# Branchement Disque Dur 1.8"



## martin_habets (31 Juillet 2009)

Bonjour,
ayant démonté mon iPod j'ai récupérer un Disque Dur TOSHIBA 80 Gb 1.8" avec une interface de type ATA-100 et un connecteur ZIF (dîtes moi si je me trompe 
	

	
	
		
		

		
			





 ). J'aurai bien aimé le monter sur mon iMac en USB mais je ne sais pas trop ce qu'il faut acheter comme câbles et fiches... Je voulais aussi que ça ne revienne pas trop cher car ce n'est quand même que 80 Gb!

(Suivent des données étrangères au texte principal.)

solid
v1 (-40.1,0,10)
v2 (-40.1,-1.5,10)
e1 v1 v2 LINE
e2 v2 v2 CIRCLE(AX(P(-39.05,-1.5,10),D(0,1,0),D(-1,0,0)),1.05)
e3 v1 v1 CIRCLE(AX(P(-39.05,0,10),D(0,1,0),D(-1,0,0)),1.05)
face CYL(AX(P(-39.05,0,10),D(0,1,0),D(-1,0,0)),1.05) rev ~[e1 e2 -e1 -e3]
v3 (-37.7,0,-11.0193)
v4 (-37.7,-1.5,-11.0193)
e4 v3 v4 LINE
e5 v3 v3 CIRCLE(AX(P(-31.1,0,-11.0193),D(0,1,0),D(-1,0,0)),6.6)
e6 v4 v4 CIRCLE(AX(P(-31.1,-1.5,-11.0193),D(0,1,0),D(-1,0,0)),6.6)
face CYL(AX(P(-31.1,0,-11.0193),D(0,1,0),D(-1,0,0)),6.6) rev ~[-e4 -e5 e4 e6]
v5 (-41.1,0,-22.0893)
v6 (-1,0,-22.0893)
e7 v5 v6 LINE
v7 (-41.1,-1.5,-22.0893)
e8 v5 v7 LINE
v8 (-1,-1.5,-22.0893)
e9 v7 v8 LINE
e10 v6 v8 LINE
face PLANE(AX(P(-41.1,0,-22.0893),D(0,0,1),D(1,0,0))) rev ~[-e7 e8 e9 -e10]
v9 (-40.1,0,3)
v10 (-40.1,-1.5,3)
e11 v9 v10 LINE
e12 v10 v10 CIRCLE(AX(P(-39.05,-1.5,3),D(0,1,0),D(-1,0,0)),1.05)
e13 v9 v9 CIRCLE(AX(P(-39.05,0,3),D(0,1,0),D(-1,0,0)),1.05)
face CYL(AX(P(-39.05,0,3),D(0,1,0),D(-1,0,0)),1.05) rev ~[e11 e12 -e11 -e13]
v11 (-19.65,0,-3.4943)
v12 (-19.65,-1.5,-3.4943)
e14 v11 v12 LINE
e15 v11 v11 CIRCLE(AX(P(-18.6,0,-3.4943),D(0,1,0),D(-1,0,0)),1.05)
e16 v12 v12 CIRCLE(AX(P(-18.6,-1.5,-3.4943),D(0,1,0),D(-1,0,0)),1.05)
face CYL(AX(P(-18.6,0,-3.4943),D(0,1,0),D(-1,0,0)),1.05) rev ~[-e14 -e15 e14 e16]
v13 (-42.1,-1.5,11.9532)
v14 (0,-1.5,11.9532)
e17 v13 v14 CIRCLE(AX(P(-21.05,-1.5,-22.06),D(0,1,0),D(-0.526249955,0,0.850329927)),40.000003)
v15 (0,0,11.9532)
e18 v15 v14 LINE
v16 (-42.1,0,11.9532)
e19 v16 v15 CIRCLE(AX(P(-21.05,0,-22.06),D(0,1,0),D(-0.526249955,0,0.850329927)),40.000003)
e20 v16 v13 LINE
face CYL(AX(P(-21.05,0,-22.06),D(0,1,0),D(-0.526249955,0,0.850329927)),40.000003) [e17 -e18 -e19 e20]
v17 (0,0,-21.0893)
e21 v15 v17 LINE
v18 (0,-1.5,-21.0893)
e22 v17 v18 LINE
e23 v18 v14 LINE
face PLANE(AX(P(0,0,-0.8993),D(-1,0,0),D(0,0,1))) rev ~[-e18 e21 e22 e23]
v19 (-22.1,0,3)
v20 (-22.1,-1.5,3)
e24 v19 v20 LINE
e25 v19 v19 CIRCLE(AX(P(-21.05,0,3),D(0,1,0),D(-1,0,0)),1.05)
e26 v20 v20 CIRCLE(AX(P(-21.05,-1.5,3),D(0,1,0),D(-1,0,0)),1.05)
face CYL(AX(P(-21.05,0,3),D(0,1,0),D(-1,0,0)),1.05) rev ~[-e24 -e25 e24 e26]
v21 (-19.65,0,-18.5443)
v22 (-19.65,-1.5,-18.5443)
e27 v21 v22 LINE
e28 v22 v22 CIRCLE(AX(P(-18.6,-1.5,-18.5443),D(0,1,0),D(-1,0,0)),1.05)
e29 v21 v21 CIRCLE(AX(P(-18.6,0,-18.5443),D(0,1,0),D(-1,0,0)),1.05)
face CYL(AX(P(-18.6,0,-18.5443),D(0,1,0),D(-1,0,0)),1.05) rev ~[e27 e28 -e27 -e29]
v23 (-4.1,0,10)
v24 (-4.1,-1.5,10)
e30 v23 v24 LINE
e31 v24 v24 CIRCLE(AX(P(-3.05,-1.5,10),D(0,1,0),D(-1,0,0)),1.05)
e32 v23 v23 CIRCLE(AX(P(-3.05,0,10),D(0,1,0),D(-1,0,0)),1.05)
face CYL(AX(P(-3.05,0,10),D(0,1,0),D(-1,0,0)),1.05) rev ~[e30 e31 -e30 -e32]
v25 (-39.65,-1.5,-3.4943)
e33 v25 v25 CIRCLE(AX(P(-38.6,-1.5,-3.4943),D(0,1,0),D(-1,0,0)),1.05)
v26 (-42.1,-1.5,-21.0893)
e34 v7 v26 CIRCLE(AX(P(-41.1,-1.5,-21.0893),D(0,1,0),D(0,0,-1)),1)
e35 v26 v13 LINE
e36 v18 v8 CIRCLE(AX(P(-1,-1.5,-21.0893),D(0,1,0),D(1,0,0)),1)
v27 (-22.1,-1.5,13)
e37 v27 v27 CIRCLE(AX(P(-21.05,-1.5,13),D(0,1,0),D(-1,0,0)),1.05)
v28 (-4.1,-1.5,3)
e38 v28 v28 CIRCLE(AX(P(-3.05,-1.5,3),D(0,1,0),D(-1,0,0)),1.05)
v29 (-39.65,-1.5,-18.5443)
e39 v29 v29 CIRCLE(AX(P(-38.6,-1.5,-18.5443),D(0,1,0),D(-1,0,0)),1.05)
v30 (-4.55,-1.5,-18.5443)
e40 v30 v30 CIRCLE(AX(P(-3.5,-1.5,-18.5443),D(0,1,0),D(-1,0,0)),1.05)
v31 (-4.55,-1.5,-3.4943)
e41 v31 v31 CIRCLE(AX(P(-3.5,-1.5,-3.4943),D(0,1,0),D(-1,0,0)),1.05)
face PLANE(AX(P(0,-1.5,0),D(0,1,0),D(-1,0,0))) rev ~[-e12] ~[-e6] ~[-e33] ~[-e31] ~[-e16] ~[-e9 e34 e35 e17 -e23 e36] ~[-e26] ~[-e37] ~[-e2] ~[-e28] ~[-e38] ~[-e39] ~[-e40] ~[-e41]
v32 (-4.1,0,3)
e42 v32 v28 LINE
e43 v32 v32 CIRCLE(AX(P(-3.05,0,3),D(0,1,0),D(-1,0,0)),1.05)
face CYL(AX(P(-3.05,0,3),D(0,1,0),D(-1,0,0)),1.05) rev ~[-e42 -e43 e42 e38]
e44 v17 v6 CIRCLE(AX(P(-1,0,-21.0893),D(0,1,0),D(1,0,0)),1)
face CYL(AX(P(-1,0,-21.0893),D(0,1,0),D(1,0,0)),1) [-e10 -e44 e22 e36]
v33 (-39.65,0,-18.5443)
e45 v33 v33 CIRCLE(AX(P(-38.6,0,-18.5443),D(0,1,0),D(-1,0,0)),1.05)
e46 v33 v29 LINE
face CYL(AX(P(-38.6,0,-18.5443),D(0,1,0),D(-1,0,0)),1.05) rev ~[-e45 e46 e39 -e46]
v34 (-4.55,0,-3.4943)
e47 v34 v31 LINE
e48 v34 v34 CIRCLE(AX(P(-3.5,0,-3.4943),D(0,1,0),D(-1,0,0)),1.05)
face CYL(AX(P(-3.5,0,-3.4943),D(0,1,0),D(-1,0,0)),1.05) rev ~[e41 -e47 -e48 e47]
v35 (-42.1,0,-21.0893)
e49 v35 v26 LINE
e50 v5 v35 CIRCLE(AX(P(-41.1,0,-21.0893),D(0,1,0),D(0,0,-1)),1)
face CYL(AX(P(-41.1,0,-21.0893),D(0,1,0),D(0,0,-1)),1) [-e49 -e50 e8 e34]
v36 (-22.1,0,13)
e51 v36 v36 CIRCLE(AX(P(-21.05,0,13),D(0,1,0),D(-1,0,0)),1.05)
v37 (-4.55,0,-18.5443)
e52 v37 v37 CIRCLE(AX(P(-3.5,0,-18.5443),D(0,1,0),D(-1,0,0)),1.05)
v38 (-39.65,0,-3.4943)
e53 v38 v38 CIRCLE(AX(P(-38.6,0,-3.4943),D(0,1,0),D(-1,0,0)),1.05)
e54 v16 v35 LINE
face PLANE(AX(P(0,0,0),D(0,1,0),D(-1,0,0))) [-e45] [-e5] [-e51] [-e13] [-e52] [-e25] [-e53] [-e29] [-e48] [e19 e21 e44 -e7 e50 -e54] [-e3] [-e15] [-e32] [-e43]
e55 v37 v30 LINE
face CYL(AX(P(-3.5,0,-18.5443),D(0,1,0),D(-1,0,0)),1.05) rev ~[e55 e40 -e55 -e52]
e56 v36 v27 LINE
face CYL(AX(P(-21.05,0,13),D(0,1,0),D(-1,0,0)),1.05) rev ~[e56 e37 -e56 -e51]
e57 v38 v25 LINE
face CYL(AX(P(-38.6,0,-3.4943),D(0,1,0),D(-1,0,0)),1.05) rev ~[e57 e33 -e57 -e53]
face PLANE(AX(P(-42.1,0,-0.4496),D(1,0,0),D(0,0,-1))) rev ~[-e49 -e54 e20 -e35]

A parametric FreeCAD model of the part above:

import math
import FreeCAD as App
import Part
import Sketcher

V = App.Vector

doc = App.newDocument("Part")
body = doc.addObject("PartDesign::Body", "Body")

sketch1 = body.newObject("Sketcher::SketchObject", "Sketch")
sketch1.AttachmentSupport = (doc.getObject("XZ_Plane"), [""])
sketch1.MapMode = "FlatFace"
sketch1.addGeometry([
    Part.ArcOfCircle(Part.Circle(V(-21.05, -22.06, 0), V(0, 0, 1), 40.000003), math.radians(58.247572), math.radians(121.752428)),
    Part.LineSegment(V(0, 11.9532, 0), V(0, -21.0893, 0)),
    Part.ArcOfCircle(Part.Circle(V(-1, -21.0893, 0), V(0, 0, 1), 1), math.radians(-90), math.radians(0)),
    Part.LineSegment(V(-1, -22.0893, 0), V(-41.1, -22.0893, 0)),
    Part.ArcOfCircle(Part.Circle(V(-41.1, -21.0893, 0), V(0, 0, 1), 1), math.radians(180), math.radians(270)),
    Part.LineSegment(V(-42.1, -21.0893, 0), V(-42.1, 11.9532, 0)),
    Part.Circle(V(-38.6, -3.4943, 0), V(0, 0, 1), 1.05),
    Part.Circle(V(-3.5, -18.5443, 0), V(0, 0, 1), 1.05),
    Part.Circle(V(-18.6, -18.5443, 0), V(0, 0, 1), 1.05),
    Part.Circle(V(-3.5, -3.4943, 0), V(0, 0, 1), 1.05),
    Part.Circle(V(-18.6, -3.4943, 0), V(0, 0, 1), 1.05),
    Part.Circle(V(-38.6, -18.5443, 0), V(0, 0, 1), 1.05),
    Part.Circle(V(-31.1, -11.0193, 0), V(0, 0, 1), 6.6),
    Part.Circle(V(-39.05, 10, 0), V(0, 0, 1), 1.05),
    Part.Circle(V(-3.05, 3, 0), V(0, 0, 1), 1.05),
    Part.Circle(V(-3.05, 10, 0), V(0, 0, 1), 1.05),
    Part.Circle(V(-21.05, 3, 0), V(0, 0, 1), 1.05),
    Part.Circle(V(-39.05, 3, 0), V(0, 0, 1), 1.05),
    Part.Circle(V(-21.05, 13, 0), V(0, 0, 1), 1.05),
], False)
sketch1.addConstraint([
    Sketcher.Constraint("Coincident", 0, 1, 1, 1),
    Sketcher.Constraint("Tangent", 1, 2, 2, 2),
    Sketcher.Constraint("Tangent", 2, 1, 3, 1),
    Sketcher.Constraint("Tangent", 3, 2, 4, 2),
    Sketcher.Constraint("Tangent", 4, 1, 5, 1),
    Sketcher.Constraint("Coincident", 5, 2, 0, 2),
    Sketcher.Constraint("Vertical", 1),
    Sketcher.Constraint("Horizontal", 3),
    Sketcher.Constraint("Vertical", 5),
    Sketcher.Constraint("Equal", 2, 4),
    Sketcher.Constraint("Equal", 6, 7),
    Sketcher.Constraint("Equal", 7, 8),
    Sketcher.Constraint("Equal", 8, 9),
    Sketcher.Constraint("Equal", 9, 10),
    Sketcher.Constraint("Equal", 10, 11),
    Sketcher.Constraint("Equal", 11, 13),
    Sketcher.Constraint("Equal", 13, 14),
    Sketcher.Constraint("Equal", 14, 15),
    Sketcher.Constraint("Equal", 15, 16),
    Sketcher.Constraint("Equal", 16, 17),
    Sketcher.Constraint("Equal", 17, 18),
    Sketcher.Constraint("PointOnObject", 0, 1, -2),
    Sketcher.Constraint("Horizontal", 7, 3, 8, 3),
    Sketcher.Constraint("Horizontal", 6, 3, 9, 3),
    Sketcher.Constraint("Horizontal", 9, 3, 10, 3),
    Sketcher.Constraint("Horizontal", 8, 3, 11, 3),
    Sketcher.Constraint("Horizontal", 13, 3, 15, 3),
    Sketcher.Constraint("Horizontal", 14, 3, 16, 3),
    Sketcher.Constraint("Horizontal", 16, 3, 17, 3),
    Sketcher.Constraint("Horizontal", 0, 1, 5, 2),
    Sketcher.Constraint("Vertical", 7, 3, 9, 3),
    Sketcher.Constraint("Vertical", 8, 3, 10, 3),
    Sketcher.Constraint("Vertical", 6, 3, 11, 3),
    Sketcher.Constraint("Vertical", 14, 3, 15, 3),
    Sketcher.Constraint("Vertical", 0, 3, 16, 3),
    Sketcher.Constraint("Vertical", 13, 3, 17, 3),
    Sketcher.Constraint("Vertical", 16, 3, 18, 3),
    Sketcher.Constraint("Radius", 0, 40.0),
    Sketcher.Constraint("Radius", 2, 1.0),
    Sketcher.Constraint("Diameter", 6, 2.1),
    Sketcher.Constraint("Diameter", 12, 13.2),
    Sketcher.Constraint("DistanceX", 3, 2, 3, 1, 40.1),
    Sketcher.Constraint("DistanceY", -1, 1, 13, 3, 10.0),
    Sketcher.Constraint("DistanceY", -1, 1, 14, 3, 3.0),
    Sketcher.Constraint("DistanceY", -1, 1, 18, 3, 13.0),
    Sketcher.Constraint("DistanceX", 6, 3, 8, 3, 20.0),
    Sketcher.Constraint("DistanceX", 4, 3, 12, 3, 10.0),
    Sketcher.Constraint("DistanceX", 16, 3, 14, 3, 18.0),
    Sketcher.Constraint("DistanceX", 17, 3, 16, 3, 18.0),
    Sketcher.Constraint("DistanceX", 6, 3, -1, 1, 38.6),
    Sketcher.Constraint("DistanceX", 7, 3, -1, 1, 3.5),
    Sketcher.Constraint("DistanceY", 0, 3, -1, 1, 22.06),
    Sketcher.Constraint("DistanceY", 7, 3, 6, 3, 15.05),
    Sketcher.Constraint("DistanceY", 4, 3, 12, 3, 10.07),
    Sketcher.Constraint("DistanceY", 1, 2, 1, 1, 33.0425),
    Sketcher.Constraint("DistanceY", 4, 3, 6, 3, 17.595),
])
pad1 = body.newObject("PartDesign::Pad", "Pad")
pad1.Profile = sketch1
pad1.Length = 1.5

doc.recompute()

Merci beaucoup d'avance pour vos conseils!


----------



## Emmanuel94 (31 Juillet 2009)

les connecteurs ZIF c'est du PATA, il faut voir si ton Imac est compatible avec les disques en ATA ou en SATA, si c'est du SATA c'est mort.
Pour du ATA, il faut un adaptateur....

Les disques dans les Imac sont en format 3,5 (pour l'ensemble des anciens macs je ne sais pas), le tien est de 1,8, cela ne va pas être évident de le caler correctement

Mais je ne te le conseille pas :
- il y a le problème du voltage 
- le disque de 80 GO est superlent

Le mieux c'est de revendre ce disque à un possesseur de MacBook Air qui a grillé le sien... ou en pièce détachée et avec les sous acheter un nouveau disque ...


----------



## martin_habets (31 Juillet 2009)

Merci de la réponse plus que rapide mais je me suis mal exprimé et on ne s'est pas bien compris...
En fait j'aurais voulu le brancher via le port USB pour l'utiliser comme disque dur externe mais je ne sais pas si c'est possible!
Si ça l'est ma question est quel adaptateur faut-il?
En fait pour mon iMac c'est un 24" fin 2006 (MA456LL).


----------